Where we moved from, We were the Halloween House. No one else decorated for a few years. Then the neighbors kids told their parents that they wanted to decoarate like Bethany. When we moved in in 2000 my daughter was the only trick or treater on the street & many houses handed out candy. As the years went by less and less houses handed out candy, but I got more kids. I think our record was 9. Doesn't matter if we get ToTs or not. I have always and still will continue to decorate for me & my party. If we get lucky enough for me to actually get lots of ToTs That's great as I love seeing the kids in their costumes. this year there will be no decorations & no ToTs due to where we live. BUT next year look out!!


----------



## crazy xmas (Dec 30, 2008)

Pretty friendly where I live we used to just pass out candy till about 5 years ago when I joined HF now I do a yard haunt and get around 400 kids.


----------



## annamarykahn (Oct 4, 2009)

yeah, we're the halloween house!

unfortunately, we've had to skip a few halloweens over the years, including last year :-(

so, i put out a few things on 9/1 and will slowly add more every weekend, or so ... i'm hoping the word spreads that "they're back!"
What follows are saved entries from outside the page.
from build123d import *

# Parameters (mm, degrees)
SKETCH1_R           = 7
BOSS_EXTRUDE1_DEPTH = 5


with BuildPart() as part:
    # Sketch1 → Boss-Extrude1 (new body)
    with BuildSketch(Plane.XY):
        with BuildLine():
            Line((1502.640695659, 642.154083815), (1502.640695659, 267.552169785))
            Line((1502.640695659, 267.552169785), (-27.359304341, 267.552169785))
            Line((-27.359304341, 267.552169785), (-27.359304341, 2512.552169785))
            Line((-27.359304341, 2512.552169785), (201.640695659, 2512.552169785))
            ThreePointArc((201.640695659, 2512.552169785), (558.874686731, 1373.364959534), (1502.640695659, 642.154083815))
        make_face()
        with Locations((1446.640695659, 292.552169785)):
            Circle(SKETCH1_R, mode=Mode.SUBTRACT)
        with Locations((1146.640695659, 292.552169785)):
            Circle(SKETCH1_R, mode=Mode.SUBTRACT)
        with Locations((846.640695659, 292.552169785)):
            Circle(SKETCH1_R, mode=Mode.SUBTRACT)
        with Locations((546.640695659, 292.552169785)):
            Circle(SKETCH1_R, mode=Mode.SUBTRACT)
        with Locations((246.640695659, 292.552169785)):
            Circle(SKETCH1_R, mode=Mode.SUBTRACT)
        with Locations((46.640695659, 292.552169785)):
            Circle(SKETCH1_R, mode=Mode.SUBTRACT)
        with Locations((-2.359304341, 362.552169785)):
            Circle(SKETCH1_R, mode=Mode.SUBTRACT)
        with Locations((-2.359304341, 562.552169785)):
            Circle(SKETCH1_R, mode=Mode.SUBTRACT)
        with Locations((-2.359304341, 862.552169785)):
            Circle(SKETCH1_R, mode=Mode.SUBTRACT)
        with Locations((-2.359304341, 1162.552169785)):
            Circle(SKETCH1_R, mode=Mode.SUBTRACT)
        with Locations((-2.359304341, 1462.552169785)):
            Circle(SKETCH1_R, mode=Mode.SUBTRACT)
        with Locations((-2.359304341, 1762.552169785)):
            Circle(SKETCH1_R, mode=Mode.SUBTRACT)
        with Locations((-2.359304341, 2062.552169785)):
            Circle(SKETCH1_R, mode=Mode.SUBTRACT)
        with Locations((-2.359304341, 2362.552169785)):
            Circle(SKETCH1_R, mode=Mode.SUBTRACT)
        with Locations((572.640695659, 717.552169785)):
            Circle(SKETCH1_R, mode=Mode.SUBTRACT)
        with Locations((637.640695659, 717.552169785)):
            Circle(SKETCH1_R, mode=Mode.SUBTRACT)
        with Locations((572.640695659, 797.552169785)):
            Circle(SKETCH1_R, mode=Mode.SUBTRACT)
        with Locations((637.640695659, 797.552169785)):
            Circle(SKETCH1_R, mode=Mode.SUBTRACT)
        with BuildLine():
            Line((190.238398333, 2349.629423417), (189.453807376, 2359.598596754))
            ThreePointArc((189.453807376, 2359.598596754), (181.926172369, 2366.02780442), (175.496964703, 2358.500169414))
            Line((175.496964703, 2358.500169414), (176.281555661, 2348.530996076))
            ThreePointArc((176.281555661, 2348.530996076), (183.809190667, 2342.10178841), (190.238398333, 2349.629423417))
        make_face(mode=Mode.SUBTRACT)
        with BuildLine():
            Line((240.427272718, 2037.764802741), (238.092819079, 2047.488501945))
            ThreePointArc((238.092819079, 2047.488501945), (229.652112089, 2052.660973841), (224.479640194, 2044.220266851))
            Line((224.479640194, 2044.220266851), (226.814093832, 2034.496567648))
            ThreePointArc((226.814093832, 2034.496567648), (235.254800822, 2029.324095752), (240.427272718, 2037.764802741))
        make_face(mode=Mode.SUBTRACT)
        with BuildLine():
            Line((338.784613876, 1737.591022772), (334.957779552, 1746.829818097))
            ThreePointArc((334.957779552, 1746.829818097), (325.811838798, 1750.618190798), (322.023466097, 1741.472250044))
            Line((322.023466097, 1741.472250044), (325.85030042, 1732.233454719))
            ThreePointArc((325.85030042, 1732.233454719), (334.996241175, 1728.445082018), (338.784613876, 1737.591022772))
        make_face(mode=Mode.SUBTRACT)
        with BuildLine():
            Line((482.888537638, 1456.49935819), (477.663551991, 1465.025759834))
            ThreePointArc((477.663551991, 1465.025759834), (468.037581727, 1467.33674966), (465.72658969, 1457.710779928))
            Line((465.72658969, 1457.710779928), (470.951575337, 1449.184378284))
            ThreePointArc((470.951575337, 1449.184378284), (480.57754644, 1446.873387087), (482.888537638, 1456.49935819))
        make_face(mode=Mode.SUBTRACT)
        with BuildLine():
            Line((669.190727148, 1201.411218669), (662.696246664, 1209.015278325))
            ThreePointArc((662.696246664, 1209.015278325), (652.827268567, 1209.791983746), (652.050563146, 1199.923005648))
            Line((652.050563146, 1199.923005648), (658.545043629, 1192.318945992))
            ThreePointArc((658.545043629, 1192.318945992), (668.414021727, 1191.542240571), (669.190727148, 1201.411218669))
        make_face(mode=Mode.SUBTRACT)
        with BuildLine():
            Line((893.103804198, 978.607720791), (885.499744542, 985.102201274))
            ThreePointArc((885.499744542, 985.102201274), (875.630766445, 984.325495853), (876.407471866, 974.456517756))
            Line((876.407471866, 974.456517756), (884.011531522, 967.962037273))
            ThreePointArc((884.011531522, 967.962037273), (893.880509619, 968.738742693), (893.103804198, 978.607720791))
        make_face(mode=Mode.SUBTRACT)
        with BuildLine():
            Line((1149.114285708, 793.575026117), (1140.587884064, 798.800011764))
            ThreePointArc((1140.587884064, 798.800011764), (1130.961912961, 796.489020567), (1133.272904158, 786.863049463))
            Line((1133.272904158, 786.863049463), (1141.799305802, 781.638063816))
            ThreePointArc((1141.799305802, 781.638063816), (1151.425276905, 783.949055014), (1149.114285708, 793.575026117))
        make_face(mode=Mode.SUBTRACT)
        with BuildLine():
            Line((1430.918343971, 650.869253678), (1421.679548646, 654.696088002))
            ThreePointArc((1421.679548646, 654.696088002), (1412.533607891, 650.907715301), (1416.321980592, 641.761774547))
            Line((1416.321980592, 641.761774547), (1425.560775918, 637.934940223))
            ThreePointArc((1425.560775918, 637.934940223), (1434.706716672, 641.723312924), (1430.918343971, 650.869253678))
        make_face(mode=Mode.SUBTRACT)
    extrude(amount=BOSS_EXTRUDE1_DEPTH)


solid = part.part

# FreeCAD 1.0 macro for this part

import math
import FreeCAD as App
import Part
import Sketcher
from FreeCAD import Vector
Q = App.Units.Quantity

doc = App.newDocument("Part")
params = doc.addObject("Spreadsheet::Sheet", "Params")
for row, (alias, value) in enumerate([
    ("sketch1_diameter", "14 mm"),
    ("sketch1_radius", "1995 mm"),
    ("sketch1_width", "229 mm"),
    ("sketch1_width2", "1530 mm"),
    ("sketch1_height", "2245 mm"),
    ("pad1_length", "5 mm"),
], start=1):
    params.set(f"A{row}", alias)
    params.set(f"B{row}", "=" + value)
    params.setAlias(f"B{row}", alias)

body = doc.addObject("PartDesign::Body", "Body")

sketch1 = body.newObject("Sketcher::SketchObject", "Sketch")
sketch1.AttachmentSupport = (doc.getObject("XY_Plane"), [""])
sketch1.MapMode = "FlatFace"
sketch1.addGeometry([
    Part.LineSegment(Vector(1503, 268, 0), Vector(1503, 642, 0)),
    Part.ArcOfCircle(Part.Circle(Vector(2197, 2513, 0), Vector(0, 0, 1), 1995), math.radians(-180), math.radians(-110)),
    Part.LineSegment(Vector(202, 2513, 0), Vector(-27, 2513, 0)),
    Part.LineSegment(Vector(-27, 2513, 0), Vector(-27, 268, 0)),
    Part.LineSegment(Vector(-27, 268, 0), Vector(1503, 268, 0)),
    Part.Circle(Vector(1447, 293, 0), Vector(0, 0, 1), 7),
    Part.Circle(Vector(1147, 293, 0), Vector(0, 0, 1), 7),
    Part.ArcOfCircle(Part.Circle(Vector(1428, 644, 0), Vector(0, 0, 1), 7), math.radians(-113), math.radians(68)),
    Part.LineSegment(Vector(1426, 638, 0), Vector(1416, 642, 0)),
    Part.ArcOfCircle(Part.Circle(Vector(1419, 648, 0), Vector(0, 0, 1), 7), math.radians(67), math.radians(247)),
    Part.LineSegment(Vector(1422, 655, 0), Vector(1431, 651, 0)),
    Part.ArcOfCircle(Part.Circle(Vector(1145, 788, 0), Vector(0, 0, 1), 7), math.radians(-121), math.radians(58)),
    Part.LineSegment(Vector(1142, 782, 0), Vector(1133, 787, 0)),
    Part.ArcOfCircle(Part.Circle(Vector(1137, 793, 0), Vector(0, 0, 1), 7), math.radians(59), math.radians(238)),
    Part.LineSegment(Vector(1141, 799, 0), Vector(1149, 794, 0)),
    Part.Circle(Vector(847, 293, 0), Vector(0, 0, 1), 7),
    Part.ArcOfCircle(Part.Circle(Vector(889, 973, 0), Vector(0, 0, 1), 7), math.radians(-130), math.radians(50)),
    Part.LineSegment(Vector(884, 968, 0), Vector(876, 974, 0)),
    Part.ArcOfCircle(Part.Circle(Vector(881, 980, 0), Vector(0, 0, 1), 7), math.radians(50), math.radians(230)),
    Part.LineSegment(Vector(885, 985, 0), Vector(893, 979, 0)),
    Part.Circle(Vector(547, 293, 0), Vector(0, 0, 1), 7),
    Part.Circle(Vector(638, 718, 0), Vector(0, 0, 1), 7),
    Part.Circle(Vector(638, 798, 0), Vector(0, 0, 1), 7),
    Part.Circle(Vector(573, 718, 0), Vector(0, 0, 1), 7),
    Part.Circle(Vector(573, 798, 0), Vector(0, 0, 1), 7),
    Part.Circle(Vector(247, 293, 0), Vector(0, 0, 1), 7),
    Part.Circle(Vector(47, 293, 0), Vector(0, 0, 1), 7),
    Part.Circle(Vector(-2, 363, 0), Vector(0, 0, 1), 7),
    Part.Circle(Vector(-2, 563, 0), Vector(0, 0, 1), 7),
    Part.ArcOfCircle(Part.Circle(Vector(664, 1197, 0), Vector(0, 0, 1), 7), math.radians(-140), math.radians(41)),
    Part.LineSegment(Vector(659, 1192, 0), Vector(652, 1200, 0)),
    Part.ArcOfCircle(Part.Circle(Vector(657, 1204, 0), Vector(0, 0, 1), 7), math.radians(40), math.radians(221)),
    Part.LineSegment(Vector(663, 1209, 0), Vector(669, 1201, 0)),
    Part.Circle(Vector(-2, 863, 0), Vector(0, 0, 1), 7),
    Part.Circle(Vector(-2, 1163, 0), Vector(0, 0, 1), 7),
    Part.ArcOfCircle(Part.Circle(Vector(477, 1453, 0), Vector(0, 0, 1), 7), math.radians(-148), math.radians(31)),
    Part.LineSegment(Vector(471, 1449, 0), Vector(466, 1458, 0)),
    Part.ArcOfCircle(Part.Circle(Vector(472, 1461, 0), Vector(0, 0, 1), 7), math.radians(32), math.radians(211)),
    Part.LineSegment(Vector(478, 1465, 0), Vector(483, 1456, 0)),
    Part.Circle(Vector(-2, 1463, 0), Vector(0, 0, 1), 7),
    Part.ArcOfCircle(Part.Circle(Vector(332, 1735, 0), Vector(0, 0, 1), 7), math.radians(-157), math.radians(22)),
    Part.LineSegment(Vector(326, 1732, 0), Vector(322, 1741, 0)),
    Part.ArcOfCircle(Part.Circle(Vector(328, 1744, 0), Vector(0, 0, 1), 7), math.radians(23), math.radians(202)),
    Part.LineSegment(Vector(335, 1747, 0), Vector(339, 1738, 0)),
    Part.Circle(Vector(-2, 1763, 0), Vector(0, 0, 1), 7),
    Part.ArcOfCircle(Part.Circle(Vector(234, 2036, 0), Vector(0, 0, 1), 7), math.radians(-167), math.radians(13)),
    Part.LineSegment(Vector(227, 2034, 0), Vector(224, 2044, 0)),
    Part.ArcOfCircle(Part.Circle(Vector(231, 2046, 0), Vector(0, 0, 1), 7), math.radians(13), math.radians(194)),
    Part.LineSegment(Vector(238, 2047, 0), Vector(240, 2038, 0)),
    Part.Circle(Vector(-2, 2063, 0), Vector(0, 0, 1), 7),
    Part.ArcOfCircle(Part.Circle(Vector(183, 2349, 0), Vector(0, 0, 1), 7), math.radians(-176), math.radians(5)),
    Part.LineSegment(Vector(176, 2349, 0), Vector(175, 2359, 0)),
    Part.ArcOfCircle(Part.Circle(Vector(182, 2359, 0), Vector(0, 0, 1), 7), math.radians(4), math.radians(184)),
    Part.LineSegment(Vector(189, 2360, 0), Vector(190, 2350, 0)),
    Part.Circle(Vector(-2, 2363, 0), Vector(0, 0, 1), 7),
], False)
sketch1.addConstraint([
    Sketcher.Constraint("Coincident", 0, 2, 1, 2),
    Sketcher.Constraint("Coincident", 1, 1, 2, 1),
the neighbor directly across from us has a daughter that is also into halloween ... unfortunately she lives out on her own but she is super excited that we'll be doing halloween this year ...

we're really the only house in the area which decorates ... i've been hoping that others might get bitten by the halloween bug, but it doesn't appear that this will happen ... which i guess is fine

i don't know how many tots we get ... somewhere in the area of at least 200 or maybe up to 300?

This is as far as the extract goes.